- **TRY IT**: The records appear below. Copy each one exactly.

- **Stored data**:
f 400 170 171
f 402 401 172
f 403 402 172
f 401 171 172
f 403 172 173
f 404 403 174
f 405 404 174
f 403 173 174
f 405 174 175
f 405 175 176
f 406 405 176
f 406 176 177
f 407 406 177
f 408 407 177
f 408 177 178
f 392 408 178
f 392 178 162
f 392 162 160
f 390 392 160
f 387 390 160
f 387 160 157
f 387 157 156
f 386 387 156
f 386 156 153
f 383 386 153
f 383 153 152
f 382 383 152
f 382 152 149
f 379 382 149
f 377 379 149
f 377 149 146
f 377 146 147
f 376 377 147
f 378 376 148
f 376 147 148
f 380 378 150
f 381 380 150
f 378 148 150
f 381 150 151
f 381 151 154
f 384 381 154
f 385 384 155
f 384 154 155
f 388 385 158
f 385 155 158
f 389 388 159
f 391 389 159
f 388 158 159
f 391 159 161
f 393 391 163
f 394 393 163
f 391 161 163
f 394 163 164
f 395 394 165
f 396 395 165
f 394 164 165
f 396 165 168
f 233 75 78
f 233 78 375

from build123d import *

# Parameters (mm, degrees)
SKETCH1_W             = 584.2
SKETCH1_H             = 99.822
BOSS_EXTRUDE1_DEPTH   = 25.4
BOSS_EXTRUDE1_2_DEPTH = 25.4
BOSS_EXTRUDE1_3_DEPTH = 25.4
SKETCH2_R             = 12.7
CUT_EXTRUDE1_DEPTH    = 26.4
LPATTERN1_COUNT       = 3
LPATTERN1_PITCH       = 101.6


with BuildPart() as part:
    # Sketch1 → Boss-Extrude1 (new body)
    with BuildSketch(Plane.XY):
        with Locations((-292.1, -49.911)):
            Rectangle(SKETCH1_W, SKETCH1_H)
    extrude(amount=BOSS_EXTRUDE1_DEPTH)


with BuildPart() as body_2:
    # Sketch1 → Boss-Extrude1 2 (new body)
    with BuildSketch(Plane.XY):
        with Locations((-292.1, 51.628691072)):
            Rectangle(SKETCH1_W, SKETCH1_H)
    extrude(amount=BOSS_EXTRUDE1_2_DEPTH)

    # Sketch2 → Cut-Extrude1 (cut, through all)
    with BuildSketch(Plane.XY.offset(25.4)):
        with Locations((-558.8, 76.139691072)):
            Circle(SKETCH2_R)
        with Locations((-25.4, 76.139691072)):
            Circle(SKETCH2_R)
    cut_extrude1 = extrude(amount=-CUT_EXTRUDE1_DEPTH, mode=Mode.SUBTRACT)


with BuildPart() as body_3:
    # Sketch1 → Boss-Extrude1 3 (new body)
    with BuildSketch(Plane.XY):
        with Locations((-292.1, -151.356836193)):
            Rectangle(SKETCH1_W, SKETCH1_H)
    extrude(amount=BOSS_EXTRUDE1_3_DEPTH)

- **WRITTEN RESPONSE**:
f 400 170 171
f 402 401 172
f 403 402 172
f 401 171 172
f 403 172 173
f 404 403 174
f 405 404 174
f 403 173 174
f 405 174 175
f 405 175 176
f 406 405 176
f 406 176 177
f 407 406 177
f 408 407 177
f 408 177 178
f 392 408 178
f 392 178 162
f 392 162 160
f 390 392 160
f 387 390 160
f 387 160 157
f 387 157 156
f 386 387 156
f 386 156 153
f 383 386 153
f 383 153 152
f 382 383 152
f 382 152 149
f 379 382 149
f 377 379 149
f 377 149 146
f 377 146 147
f 376 377 147
f 378 376 148
f 376 147 148
f 380 378 150
f 381 380 150
f 378 148 150
f 381 150 151
f 381 151 154
f 384 381 154
f 385 384 155
f 384 154 155
f 388 385 158
f 385 155 158
f 389 388 159
f 391 389 159
f 388 158 159
f 391 159 161
f 393 391 163
f 394 393 163
f 391 161 163
f 394 163 164
f 395 394 165
f 396 395 165
f 394 164 165
f 396 165 168
f 233 75 78
f 233 78 375

from build123d import *

# Parameters (mm, degrees)
SKETCH1_W             = 584.2
SKETCH1_H             = 99.822
BOSS_EXTRUDE1_DEPTH   = 25.4
BOSS_EXTRUDE1_2_DEPTH = 25.4
BOSS_EXTRUDE1_3_DEPTH = 25.4
SKETCH2_R             = 12.7
CUT_EXTRUDE1_DEPTH    = 26.4
LPATTERN1_COUNT       = 3
LPATTERN1_PITCH       = 101.6


with BuildPart() as part:
    # Sketch1 → Boss-Extrude1 (new body)
    with BuildSketch(Plane.XY):
        with Locations((-292.1, -49.911)):
            Rectangle(SKETCH1_W, SKETCH1_H)
    extrude(amount=BOSS_EXTRUDE1_DEPTH)


with BuildPart() as body_2:
    # Sketch1 → Boss-Extrude1 2 (new body)
    with BuildSketch(Plane.XY):
        with Locations((-292.1, 51.628691072)):
            Rectangle(SKETCH1_W, SKETCH1_H)
    extrude(amount=BOSS_EXTRUDE1_2_DEPTH)

    # Sketch2 → Cut-Extrude1 (cut, through all)
    with BuildSketch(Plane.XY.offset(25.4)):
        with Locations((-558.8, 76.139691072)):
            Circle(SKETCH2_R)
        with Locations((-25.4, 76.139691072)):
            Circle(SKETCH2_R)
    cut_extrude1 = extrude(amount=-CUT_EXTRUDE1_DEPTH, mode=Mode.SUBTRACT)


with BuildPart() as body_3:
    # Sketch1 → Boss-Extrude1 3 (new body)
    with BuildSketch(Plane.XY):
        with Locations((-292.1, -151.356836193)):
            Rectangle(SKETCH1_W, SKETCH1_H)
    extrude(amount=BOSS_EXTRUDE1_3_DEPTH)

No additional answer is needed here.